Christen hören in diesem Satz – allzumal in der Passionszeit - die Worte Jesu am Kreuz: „Vater, willst du, so nimm diesen Kelch von mir, denn nicht mein, sondern dein Wille geschehe.“ Lk 22,42
Diese Ambivalenz, die in den wenigen Worten „um Gottes Willen“ liegt, wird die Woche der Brüderlichkeit durchziehen.

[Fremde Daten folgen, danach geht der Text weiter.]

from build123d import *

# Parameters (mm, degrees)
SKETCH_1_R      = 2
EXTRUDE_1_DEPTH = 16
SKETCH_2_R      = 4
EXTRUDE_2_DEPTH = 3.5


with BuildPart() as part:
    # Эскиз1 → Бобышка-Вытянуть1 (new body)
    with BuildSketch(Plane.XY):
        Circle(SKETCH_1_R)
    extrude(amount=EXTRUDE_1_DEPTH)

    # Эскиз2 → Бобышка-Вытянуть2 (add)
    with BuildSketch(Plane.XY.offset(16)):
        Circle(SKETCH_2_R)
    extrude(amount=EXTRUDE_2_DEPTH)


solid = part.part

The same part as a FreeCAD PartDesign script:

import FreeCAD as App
import Part
import Sketcher
Q = App.Units.Quantity

doc = App.newDocument("Part")
params = doc.addObject("Spreadsheet::Sheet", "Params")
for row, (alias, value) in enumerate([
    ("sketch1_diameter", "4 mm"),
    ("pad1_length", "16 mm"),
    ("sketch2_diameter", "8 mm"),
    ("pad2_length", "3.5 mm"),
], start=1):
    params.set(f"A{row}", alias)
    params.set(f"B{row}", "=" + value)
    params.setAlias(f"B{row}", alias)

body = doc.addObject("PartDesign::Body", "Body")

# Sketch on XY plane
sketch1 = body.newObject("Sketcher::SketchObject", "Sketch")
sketch1.AttachmentSupport = (doc.getObject("XY_Plane"), [""])
sketch1.MapMode = "FlatFace"
sketch1.addGeometry(Part.Circle(App.Vector(0, 0, 0), App.Vector(0, 0, 1), 2), False)
sketch1.addConstraint([
    Sketcher.Constraint("Coincident", 0, 3, -1, 1),
    Sketcher.Constraint("Diameter", 0, Q("4 mm")),
])
sketch1.setExpression("Constraints[1]", "Params.sketch1_diameter")
pad1 = body.newObject("PartDesign::Pad", "Pad")
pad1.Profile = sketch1
pad1.setExpression("Length", "Params.pad1_length")

# Sketch on XY plane
sketch2 = body.newObject("Sketcher::SketchObject", "Sketch001")
sketch2.AttachmentSupport = (doc.getObject("XY_Plane"), [""])
sketch2.MapMode = "FlatFace"
sketch2.AttachmentOffset = App.Placement(App.Vector(0, 0, 16), App.Rotation())
sketch2.addGeometry(Part.Circle(App.Vector(0, 0, 0), App.Vector(0, 0, 1), 4), False)
sketch2.addConstraint([
    Sketcher.Constraint("Coincident", 0, 3, -1, 1),
    Sketcher.Constraint("Diameter", 0, Q("8 mm")),
])
sketch2.setExpression("Constraints[1]", "Params.sketch2_diameter")
pad2 = body.newObject("PartDesign::Pad", "Pad001")
pad2.Profile = sketch2
pad2.setExpression("Length", "Params.pad2_length")

doc.recompute()
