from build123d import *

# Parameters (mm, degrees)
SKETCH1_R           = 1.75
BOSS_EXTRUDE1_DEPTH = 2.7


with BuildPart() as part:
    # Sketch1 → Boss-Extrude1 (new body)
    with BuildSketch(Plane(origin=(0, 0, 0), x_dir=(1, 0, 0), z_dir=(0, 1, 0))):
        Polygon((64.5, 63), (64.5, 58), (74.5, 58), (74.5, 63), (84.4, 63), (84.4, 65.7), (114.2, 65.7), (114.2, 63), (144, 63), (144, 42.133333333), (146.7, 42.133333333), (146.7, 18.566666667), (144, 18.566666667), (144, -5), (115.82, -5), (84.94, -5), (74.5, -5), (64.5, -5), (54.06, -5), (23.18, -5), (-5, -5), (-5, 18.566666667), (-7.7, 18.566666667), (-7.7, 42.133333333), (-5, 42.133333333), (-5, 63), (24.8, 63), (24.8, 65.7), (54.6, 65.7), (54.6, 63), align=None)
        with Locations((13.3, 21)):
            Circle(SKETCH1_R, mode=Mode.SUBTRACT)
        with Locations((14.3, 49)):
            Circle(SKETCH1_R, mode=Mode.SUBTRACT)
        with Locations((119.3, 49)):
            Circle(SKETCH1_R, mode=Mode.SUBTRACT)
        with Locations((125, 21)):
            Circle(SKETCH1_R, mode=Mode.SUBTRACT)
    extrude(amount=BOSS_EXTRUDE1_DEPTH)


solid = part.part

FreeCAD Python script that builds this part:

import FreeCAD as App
import Part
import Sketcher

V = App.Vector
Q = App.Units.Quantity


def add_polygon(sketch, points):
    """Adds a closed chain of lines whose ends are joined by coincident constraints."""
    first, n = sketch.GeometryCount, len(points)
    for a, b in zip(points, points[1:] + points[:1]):
        sketch.addGeometry(Part.LineSegment(App.Vector(*a, 0), App.Vector(*b, 0)), False)
    for i in range(n):
        sketch.addConstraint(Sketcher.Constraint("Coincident", first + i, 2, first + (i + 1) % n, 1))

doc = App.newDocument("Part")
body = doc.addObject("PartDesign::Body", "Body")

# Sketch on XZ plane
sketch1 = body.newObject("Sketcher::SketchObject", "Sketch")
sketch1.AttachmentSupport = (doc.getObject("XZ_Plane"), [""])
sketch1.MapMode = "FlatFace"
add_polygon(sketch1, [(64.5, -58), (64.5, -63), (54.6, -63), (54.6, -65.7), (24.8, -65.7), (24.8, -63), (-5, -63), (-5, -42.1), (-7.7, -42.1), (-7.7, -18.6), (-5, -18.6), (-5, 5), (144, 5), (144, -18.6), (146.7, -18.6), (146.7, -42.1), (144, -42.1), (144, -63), (114.2, -63), (114.2, -65.7), (84.4, -65.7), (84.4, -63), (74.5, -63), (74.5, -58)])  # lines 0-23
sketch1.addGeometry(Part.Circle(V(125, -21, 0), V(0, 0, 1), 1.8), False)  # 24
sketch1.addGeometry(Part.Circle(V(13.3, -21, 0), V(0, 0, 1), 1.8), False)  # 25
sketch1.addGeometry(Part.Circle(V(119.3, -49, 0), V(0, 0, 1), 1.8), False)  # 26
sketch1.addGeometry(Part.Circle(V(14.3, -49, 0), V(0, 0, 1), 1.8), False)  # 27
sketch1.addConstraint(Sketcher.Constraint("Vertical", 0))
sketch1.addConstraint(Sketcher.Constraint("Horizontal", 1))
sketch1.addConstraint(Sketcher.Constraint("Vertical", 2))
sketch1.addConstraint(Sketcher.Constraint("Horizontal", 3))
sketch1.addConstraint(Sketcher.Constraint("Vertical", 4))
sketch1.addConstraint(Sketcher.Constraint("Horizontal", 5))
sketch1.addConstraint(Sketcher.Constraint("Vertical", 6))
sketch1.addConstraint(Sketcher.Constraint("Horizontal", 7))
sketch1.addConstraint(Sketcher.Constraint("Vertical", 8))
sketch1.addConstraint(Sketcher.Constraint("Horizontal", 9))
sketch1.addConstraint(Sketcher.Constraint("Vertical", 10))
sketch1.addConstraint(Sketcher.Constraint("Horizontal", 11))
sketch1.addConstraint(Sketcher.Constraint("Vertical", 12))
sketch1.addConstraint(Sketcher.Constraint("Horizontal", 13))
sketch1.addConstraint(Sketcher.Constraint("Vertical", 14))
sketch1.addConstraint(Sketcher.Constraint("Horizontal", 15))
sketch1.addConstraint(Sketcher.Constraint("Vertical", 16))
sketch1.addConstraint(Sketcher.Constraint("Horizontal", 17))
sketch1.addConstraint(Sketcher.Constraint("Vertical", 18))
sketch1.addConstraint(Sketcher.Constraint("Horizontal", 19))
sketch1.addConstraint(Sketcher.Constraint("Vertical", 20))
sketch1.addConstraint(Sketcher.Constraint("Horizontal", 21))
sketch1.addConstraint(Sketcher.Constraint("Vertical", 22))
sketch1.addConstraint(Sketcher.Constraint("Horizontal", 23))
sketch1.addConstraint(Sketcher.Constraint("Equal", 24, 25))
sketch1.addConstraint(Sketcher.Constraint("Equal", 25, 26))
sketch1.addConstraint(Sketcher.Constraint("Equal", 26, 27))
sketch1.addConstraint(Sketcher.Constraint("Horizontal", 24, 3, 25, 3))
sketch1.addConstraint(Sketcher.Constraint("Horizontal", 26, 3, 27, 3))
sketch1.addConstraint(Sketcher.Constraint("Horizontal", 1, 2, 4, 2))
sketch1.addConstraint(Sketcher.Constraint("Horizontal", 9, 2, 12, 2))
sketch1.addConstraint(Sketcher.Constraint("Horizontal", 7, 2, 14, 2))
sketch1.addConstraint(Sketcher.Constraint("Horizontal", 5, 2, 16, 2))
sketch1.addConstraint(Sketcher.Constraint("Horizontal", 3, 2, 18, 2))
sketch1.addConstraint(Sketcher.Constraint("Horizontal", 17, 2, 20, 2))
sketch1.addConstraint(Sketcher.Constraint("Vertical", 6, 2, 9, 2))
sketch1.addConstraint(Sketcher.Constraint("Vertical", 12, 2, 15, 2))
sketch1.addConstraint(Sketcher.Constraint("Equal", 3, 5))
sketch1.addConstraint(Sketcher.Constraint("Equal", 9, 13))
sketch1.addConstraint(Sketcher.Constraint("Equal", 5, 17))
sketch1.addConstraint(Sketcher.Constraint("Equal", 17, 19))
sketch1.addConstraint(Sketcher.Constraint("Equal", 1, 21))
sketch1.addConstraint(Sketcher.Constraint("Equal", 15, 2))
sketch1.addConstraint(Sketcher.Constraint("Equal", 8, 10))
sketch1.addConstraint(Sketcher.Constraint("Diameter", 24, Q("3.5 mm")))
sketch1.addConstraint(Sketcher.Constraint("DistanceX", 11, 1, 11, 2, Q("149 mm")))
sketch1.addConstraint(Sketcher.Constraint("DistanceX", 23, 2, 23, 1, Q("10 mm")))
sketch1.addConstraint(Sketcher.Constraint("DistanceY", 0, 2, 0, 1, Q("5 mm")))
sketch1.addConstraint(Sketcher.Constraint("DistanceX", 1, 2, 1, 1, Q("9.9 mm")))
sketch1.addConstraint(Sketcher.Constraint("DistanceX", 7, 2, 7, 1, Q("2.7 mm")))
sketch1.addConstraint(Sketcher.Constraint("DistanceX", -1, 1, 24, 3, Q("125 mm")))
sketch1.addConstraint(Sketcher.Constraint("DistanceY", 24, 3, -1, 1, Q("21 mm")))
sketch1.addConstraint(Sketcher.Constraint("DistanceY", 26, 3, -1, 1, Q("49 mm")))
sketch1.addConstraint(Sketcher.Constraint("DistanceY", 0, 2, -1, 1, Q("63 mm")))
sketch1.addConstraint(Sketcher.Constraint("DistanceX", 5, 2, -1, 1, Q("5 mm")))
sketch1.addConstraint(Sketcher.Constraint("DistanceY", -1, 1, 10, 2, Q("5 mm")))
sketch1.addConstraint(Sketcher.Constraint("DistanceX", 25, 3, 26, 3, Q("106 mm")))
sketch1.addConstraint(Sketcher.Constraint("DistanceX", 25, 3, 27, 3, Q("1 mm")))
sketch1.addConstraint(Sketcher.Constraint("DistanceX", 7, 2, 27, 3, Q("22 mm")))
sketch1.addConstraint(Sketcher.Constraint("DistanceY", 6, 1, 6, 2, Q("20.866667 mm")))
pad1 = body.newObject("PartDesign::Pad", "Pad")
pad1.Profile = sketch1
pad1.Length = 2.7
pad1.Reversed = True

doc.recompute()
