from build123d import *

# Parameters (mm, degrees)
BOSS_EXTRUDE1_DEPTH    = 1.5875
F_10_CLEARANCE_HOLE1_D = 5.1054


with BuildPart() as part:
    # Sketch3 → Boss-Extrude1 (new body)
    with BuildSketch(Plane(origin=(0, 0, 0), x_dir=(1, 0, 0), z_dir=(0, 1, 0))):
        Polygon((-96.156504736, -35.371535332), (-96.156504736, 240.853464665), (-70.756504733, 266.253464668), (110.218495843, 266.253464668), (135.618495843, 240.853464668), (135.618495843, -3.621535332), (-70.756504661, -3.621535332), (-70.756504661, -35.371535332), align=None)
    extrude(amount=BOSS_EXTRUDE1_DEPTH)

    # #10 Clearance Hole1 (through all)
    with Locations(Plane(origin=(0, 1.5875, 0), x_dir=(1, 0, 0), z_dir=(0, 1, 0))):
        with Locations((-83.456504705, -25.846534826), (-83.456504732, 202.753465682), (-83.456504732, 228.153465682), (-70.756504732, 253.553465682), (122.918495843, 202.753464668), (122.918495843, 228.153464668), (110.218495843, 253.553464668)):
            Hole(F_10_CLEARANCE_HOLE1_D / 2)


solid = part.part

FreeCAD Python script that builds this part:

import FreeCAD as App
import Part
import Sketcher
from FreeCAD import Vector
Q = App.Units.Quantity


def add_polygon(sketch, points):
    """Adds a closed chain of lines whose ends are joined by coincident constraints."""
    first, n = sketch.GeometryCount, len(points)
    for a, b in zip(points, points[1:] + points[:1]):
        sketch.addGeometry(Part.LineSegment(App.Vector(*a, 0), App.Vector(*b, 0)), False)
    for i in range(n):
        sketch.addConstraint(Sketcher.Constraint("Coincident", first + i, 2, first + (i + 1) % n, 1))

doc = App.newDocument("Part")
body = doc.addObject("PartDesign::Body", "Body")

# Sketch on XZ plane
sketch1 = body.newObject("Sketcher::SketchObject", "Sketch")
sketch1.AttachmentSupport = (doc.getObject("XZ_Plane"), [""])
sketch1.MapMode = "FlatFace"
add_polygon(sketch1, [(-96, -241), (-96, 35), (-71, 35), (-71, 4), (136, 4), (136, -241), (110, -266), (-71, -266)])  # lines 0-7
sketch1.addConstraint([
    Sketcher.Constraint("Vertical", 0),
    Sketcher.Constraint("Horizontal", 1),
    Sketcher.Constraint("Vertical", 2),
    Sketcher.Constraint("Horizontal", 3),
    Sketcher.Constraint("Vertical", 4),
    Sketcher.Constraint("Horizontal", 6),
    Sketcher.Constraint("Perpendicular", 5, 7),
    Sketcher.Constraint("Horizontal", 4, 2, 7, 2),
    Sketcher.Constraint("Vertical", 2, 2, 6, 2),
    Sketcher.Constraint("Equal", 5, 7),
    Sketcher.Constraint("DistanceX", 1, 1, 1, 2, Q("1 in")),
    Sketcher.Constraint("DistanceY", 2, 2, 2, 1, Q("1.25 in")),
    Sketcher.Constraint("DistanceX", 3, 1, 3, 2, Q("8.125 in")),
    Sketcher.Constraint("DistanceY", 0, 1, 0, 2, Q("10.875 in")),
    Sketcher.Constraint("DistanceX", 0, 2, -1, 1, Q("96.156505 mm")),
    Sketcher.Constraint("DistanceY", -1, 1, 0, 2, Q("35.371535 mm")),
])
pad1 = body.newObject("PartDesign::Pad", "Pad")
pad1.Profile = sketch1
pad1.Length = Q("0.0625 in")
pad1.Reversed = True

# Sketch on XZ plane
sketch2 = body.newObject("Sketcher::SketchObject", "Sketch001")
sketch2.AttachmentSupport = (doc.getObject("XZ_Plane"), [""])
sketch2.MapMode = "FlatFace"
sketch2.AttachmentOffset = App.Placement(Vector(0, 0, -0.0625 * 25.4), App.Rotation())
sketch2.addGeometry([
    Part.Circle(Vector(-83.5, 25.8, 0), Vector(0, 0, 1), 2.6),  # 0
    Part.Circle(Vector(-83.5, -202.8, 0), Vector(0, 0, 1), 2.6),  # 1
    Part.Circle(Vector(-83.5, -228.2, 0), Vector(0, 0, 1), 2.6),  # 2
    Part.Circle(Vector(-70.8, -253.6, 0), Vector(0, 0, 1), 2.6),  # 3
    Part.Circle(Vector(122.9, -202.8, 0), Vector(0, 0, 1), 2.6),  # 4
    Part.Circle(Vector(122.9, -228.2, 0), Vector(0, 0, 1), 2.6),  # 5
    Part.Circle(Vector(110.2, -253.6, 0), Vector(0, 0, 1), 2.6),  # 6
], False)
sketch2.addConstraint([
    Sketcher.Constraint("Equal", 0, 1),
    Sketcher.Constraint("Equal", 1, 2),
    Sketcher.Constraint("Equal", 2, 3),
    Sketcher.Constraint("Equal", 3, 4),
    Sketcher.Constraint("Equal", 4, 5),
    Sketcher.Constraint("Equal", 5, 6),
    Sketcher.Constraint("Horizontal", 1, 3, 4, 3),
    Sketcher.Constraint("Horizontal", 2, 3, 5, 3),
    Sketcher.Constraint("Horizontal", 3, 3, 6, 3),
    Sketcher.Constraint("Vertical", 0, 3, 1, 3),
    Sketcher.Constraint("Vertical", 1, 3, 2, 3),
    Sketcher.Constraint("Vertical", 4, 3, 5, 3),
    Sketcher.Constraint("Diameter", 0, Q("0.201 in")),
    Sketcher.Constraint("DistanceY", 1, 3, 0, 3, Q("9 in")),
    Sketcher.Constraint("DistanceY", 2, 3, 1, 3, Q("1 in")),
    Sketcher.Constraint("DistanceY", 3, 3, 2, 3, Q("1 in")),
    Sketcher.Constraint("DistanceX", 2, 3, 3, 3, Q("0.5 in")),
    Sketcher.Constraint("DistanceX", 6, 3, 5, 3, Q("0.5 in")),
    Sketcher.Constraint("DistanceX", 3, 3, 4, 3, Q("7.625 in")),
    Sketcher.Constraint("DistanceX", 0, 3, -1, 1, Q("83.456505 mm")),
    Sketcher.Constraint("DistanceY", -1, 1, 0, 3, Q("25.846535 mm")),
])
doc.recompute()
hole = body.newObject("PartDesign::Hole", "Hole")
hole.Profile = sketch2
hole.ThreadType = "None"
hole.Diameter = Q("0.201 in")
hole.DepthType = "ThroughAll"
hole.Reversed = True

doc.recompute()
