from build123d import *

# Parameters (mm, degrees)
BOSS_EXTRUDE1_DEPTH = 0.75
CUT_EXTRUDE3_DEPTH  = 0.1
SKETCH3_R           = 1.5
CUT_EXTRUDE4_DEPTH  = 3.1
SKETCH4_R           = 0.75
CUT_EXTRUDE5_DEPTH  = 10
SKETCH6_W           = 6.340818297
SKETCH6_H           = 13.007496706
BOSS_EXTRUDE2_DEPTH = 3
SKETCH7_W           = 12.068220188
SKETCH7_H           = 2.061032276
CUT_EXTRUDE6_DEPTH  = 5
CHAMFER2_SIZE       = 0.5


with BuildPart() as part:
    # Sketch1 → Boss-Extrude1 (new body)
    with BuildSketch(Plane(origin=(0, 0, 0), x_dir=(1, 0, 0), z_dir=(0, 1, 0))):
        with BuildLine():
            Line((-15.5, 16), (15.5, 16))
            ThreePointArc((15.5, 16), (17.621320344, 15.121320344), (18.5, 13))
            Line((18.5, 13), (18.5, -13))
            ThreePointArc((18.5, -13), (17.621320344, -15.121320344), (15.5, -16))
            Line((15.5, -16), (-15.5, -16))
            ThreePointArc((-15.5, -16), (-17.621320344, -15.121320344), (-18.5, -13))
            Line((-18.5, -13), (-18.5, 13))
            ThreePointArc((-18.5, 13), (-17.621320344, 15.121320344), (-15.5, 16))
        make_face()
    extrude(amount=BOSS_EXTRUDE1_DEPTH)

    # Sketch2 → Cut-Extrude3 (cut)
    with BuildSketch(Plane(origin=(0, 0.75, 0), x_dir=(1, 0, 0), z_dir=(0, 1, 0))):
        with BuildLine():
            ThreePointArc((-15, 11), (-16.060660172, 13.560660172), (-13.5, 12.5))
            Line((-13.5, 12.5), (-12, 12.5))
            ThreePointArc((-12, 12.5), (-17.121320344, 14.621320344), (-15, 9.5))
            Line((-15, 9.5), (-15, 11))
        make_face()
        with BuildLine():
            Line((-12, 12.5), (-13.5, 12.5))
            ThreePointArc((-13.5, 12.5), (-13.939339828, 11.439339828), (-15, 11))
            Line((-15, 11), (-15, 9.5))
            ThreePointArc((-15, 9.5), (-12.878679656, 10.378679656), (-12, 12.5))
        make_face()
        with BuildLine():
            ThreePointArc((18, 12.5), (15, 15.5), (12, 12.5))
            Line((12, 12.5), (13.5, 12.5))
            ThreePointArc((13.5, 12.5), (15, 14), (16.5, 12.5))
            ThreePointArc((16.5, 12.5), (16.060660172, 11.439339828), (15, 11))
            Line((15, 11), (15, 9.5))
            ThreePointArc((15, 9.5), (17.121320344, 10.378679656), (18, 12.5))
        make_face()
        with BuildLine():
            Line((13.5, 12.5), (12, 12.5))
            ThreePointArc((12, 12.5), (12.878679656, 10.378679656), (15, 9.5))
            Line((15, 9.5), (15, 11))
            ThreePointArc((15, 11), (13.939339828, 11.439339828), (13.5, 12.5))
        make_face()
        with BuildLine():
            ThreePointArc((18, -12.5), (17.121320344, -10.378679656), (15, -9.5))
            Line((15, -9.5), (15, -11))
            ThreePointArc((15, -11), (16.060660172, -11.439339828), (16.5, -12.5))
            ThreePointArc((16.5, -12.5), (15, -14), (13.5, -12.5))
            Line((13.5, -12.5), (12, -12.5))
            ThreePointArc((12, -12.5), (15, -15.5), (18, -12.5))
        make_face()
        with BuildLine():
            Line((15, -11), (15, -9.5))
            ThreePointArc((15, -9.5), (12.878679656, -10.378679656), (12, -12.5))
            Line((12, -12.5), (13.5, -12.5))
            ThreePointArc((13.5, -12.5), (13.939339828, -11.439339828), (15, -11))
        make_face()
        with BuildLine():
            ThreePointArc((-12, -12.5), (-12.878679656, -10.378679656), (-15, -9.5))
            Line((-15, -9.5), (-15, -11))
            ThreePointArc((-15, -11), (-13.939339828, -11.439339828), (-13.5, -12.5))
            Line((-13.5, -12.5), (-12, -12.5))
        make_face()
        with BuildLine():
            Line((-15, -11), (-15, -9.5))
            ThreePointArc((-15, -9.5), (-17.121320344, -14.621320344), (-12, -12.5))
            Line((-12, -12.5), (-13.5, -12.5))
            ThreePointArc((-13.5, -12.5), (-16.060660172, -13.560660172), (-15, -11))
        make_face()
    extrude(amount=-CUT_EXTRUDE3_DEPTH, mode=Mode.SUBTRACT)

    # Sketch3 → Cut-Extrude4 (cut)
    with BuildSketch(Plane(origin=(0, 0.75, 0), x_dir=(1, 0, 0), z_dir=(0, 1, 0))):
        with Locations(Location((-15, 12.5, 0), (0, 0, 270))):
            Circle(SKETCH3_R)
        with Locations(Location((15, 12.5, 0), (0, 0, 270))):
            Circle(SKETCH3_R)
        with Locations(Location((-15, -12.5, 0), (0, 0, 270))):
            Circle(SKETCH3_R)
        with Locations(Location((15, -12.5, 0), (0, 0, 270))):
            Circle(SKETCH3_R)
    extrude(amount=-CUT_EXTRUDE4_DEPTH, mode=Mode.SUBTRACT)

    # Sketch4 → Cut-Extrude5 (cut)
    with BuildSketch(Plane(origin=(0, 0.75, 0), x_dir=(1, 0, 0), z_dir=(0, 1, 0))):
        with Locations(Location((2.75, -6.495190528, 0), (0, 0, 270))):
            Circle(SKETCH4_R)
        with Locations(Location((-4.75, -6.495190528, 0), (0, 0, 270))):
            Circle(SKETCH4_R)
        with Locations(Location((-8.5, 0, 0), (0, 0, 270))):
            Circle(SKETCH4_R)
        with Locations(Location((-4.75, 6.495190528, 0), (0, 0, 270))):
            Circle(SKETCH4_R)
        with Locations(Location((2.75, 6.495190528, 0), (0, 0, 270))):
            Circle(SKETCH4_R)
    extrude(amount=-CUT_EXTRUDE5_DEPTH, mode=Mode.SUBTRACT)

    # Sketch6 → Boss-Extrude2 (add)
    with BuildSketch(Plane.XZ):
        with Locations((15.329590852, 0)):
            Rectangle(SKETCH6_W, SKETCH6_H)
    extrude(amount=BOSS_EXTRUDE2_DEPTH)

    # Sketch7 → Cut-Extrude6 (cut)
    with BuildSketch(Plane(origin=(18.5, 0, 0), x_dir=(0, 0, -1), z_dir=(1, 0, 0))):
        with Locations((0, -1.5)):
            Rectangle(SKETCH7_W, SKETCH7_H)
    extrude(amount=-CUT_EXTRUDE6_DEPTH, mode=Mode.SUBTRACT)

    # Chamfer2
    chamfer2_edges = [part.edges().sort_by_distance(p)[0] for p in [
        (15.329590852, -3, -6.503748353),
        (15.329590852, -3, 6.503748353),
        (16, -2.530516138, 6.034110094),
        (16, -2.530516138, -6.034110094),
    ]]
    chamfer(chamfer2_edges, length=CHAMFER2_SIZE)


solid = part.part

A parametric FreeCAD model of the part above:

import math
import FreeCAD as App
import Part
import Sketcher
Q = App.Units.Quantity


def edges_at(feature, points):
    """Names of the edges that pass closest to the given points."""
    edges = feature.Shape.Edges
    near = lambda p: min(range(len(edges)), key=lambda i: edges[i].distToShape(Part.Vertex(*p))[0])
    return sorted({f"Edge{near(p) + 1}" for p in points})

doc = App.newDocument("Part")
body = doc.addObject("PartDesign::Body", "Body")

sketch1 = body.newObject("Sketcher::SketchObject", "Sketch")
sketch1.AttachmentSupport = (doc.getObject("XZ_Plane"), [""])
sketch1.MapMode = "FlatFace"
sketch1.addGeometry(Part.LineSegment(App.Vector(15.5, -16, 0), App.Vector(-15.5, -16, 0)), False)
sketch1.addGeometry(Part.ArcOfCircle(Part.Circle(App.Vector(-15.5, -13, 0), App.Vector(0, 0, 1), 3), math.radians(180), math.radians(270)), False)
sketch1.addGeometry(Part.LineSegment(App.Vector(-18.5, -13, 0), App.Vector(-18.5, 13, 0)), False)
sketch1.addGeometry(Part.ArcOfCircle(Part.Circle(App.Vector(-15.5, 13, 0), App.Vector(0, 0, 1), 3), math.radians(90), math.radians(180)), False)
sketch1.addGeometry(Part.LineSegment(App.Vector(-15.5, 16, 0), App.Vector(15.5, 16, 0)), False)
sketch1.addGeometry(Part.ArcOfCircle(Part.Circle(App.Vector(15.5, 13, 0), App.Vector(0, 0, 1), 3), math.radians(0), math.radians(90)), False)
sketch1.addGeometry(Part.LineSegment(App.Vector(18.5, 13, 0), App.Vector(18.5, -13, 0)), False)
sketch1.addGeometry(Part.ArcOfCircle(Part.Circle(App.Vector(15.5, -13, 0), App.Vector(0, 0, 1), 3), math.radians(-90), math.radians(0)), False)
sketch1.addConstraint(Sketcher.Constraint("Tangent", 0, 2, 1, 2))
sketch1.addConstraint(Sketcher.Constraint("Tangent", 1, 1, 2, 1))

Um Gottes Willen stellt uns nicht frei von Verantwortung, sondern bindet uns gerade an seine Gebote. Juden wie Christen folgen in ihrem Leben Gottes Willen. In den Gebeten des ehemaligen UNO-Generalsekretärs Dag Hammarskjöld findet sich 1956 ein Gebet, in dem es heißt:

„denn mein Geschick ist es, gebraucht und verzehrt zu werden nach deinem Willen.“

Niemandem gehen solche Worte leicht über die Lippen. Für viele Menschen wäre es sogar eine undenkbare Einschränkung ihrer persönlichen Selbstbestimmung. Für fromme Menschen, Juden wie Christen und auch Muslime sind sie der kritische Maßstab, dass nicht sie, sondern Gott ihr Leben lenkt und fügt. Nicht in Willkür, sondern in Treue und Verlässlichkeit. Nicht maßstabslos, sondern gebunden an Gebote und Maßstäbe. Nicht in Weltfremdheit, sondern in wacher Wahrnehmung der Not der Welt und der geschändeten Würde des Menschen. „Er wird dich mit seinen Fittichen decken und Zuflucht wirst du haben unter seinen Flügeln. Seine Wahrheit ist Schirm und Schild, dass du nicht erschrecken musst vor dem Grauen der Nacht...“ Ps 91,4

Momentan erleben wir – immer noch – ein unglaubliches Bewusstsein von der notwendigen Hilfe für Menschen, die in Not sind. Es scheint, als ob in der Hängematte der Grundbequemlichkeit eine Sinnleere sich ausgebreitet hatte, die durch das Ankommen der Flüchtlinge fruchtbar gestört worden ist. Ein Sinnhorizont öffnet sich: Es lohnt sich, seinem Leben in dieser Welt, die seit über siebzig Jahren eine Welt des Friedens, der sozialen Gerechtigkeit und der gesellschaftlichen Höchstversorgung ist, einen tieferen Zusammenhang zu stiften. Ein Zusammenhang, der nicht nur individuell, sondern gemeinschaftlich ist, der nicht in persönlicher Gesinnung, sondern in sozialer Verantwortung begründet ist. Anders ist für mich die soziale Bürgerbewegung in Deutschland des Jahres 2015 und auch im Winter 2016 nicht zu verstehen.

Diese Geste ist für mich ein Ausdruck einer Kultur der Barmherzigkeit, die ihre Ursprünge in den Erzählungen und Geboten unserer Religionen hat. Und ihren tiefsten Kern zeigt sie gerade darin, dass sie nicht persönliches Wohlbefinden steigern will oder sich aus der Verantwortung stiehlt, sondern erkennt.

Uns gilt noch etwas. Das Gebet von Dag Hammerskjöld endet mit dem Zitat aus Psalm 27.

„Ich aber bin gewiss, zu schauen
die Güte des Herrn im Land der Lebenden.
Hoffe auf den Herrn, und sei stark!
Hab festen Mut, und hoffe auf den Herrn“.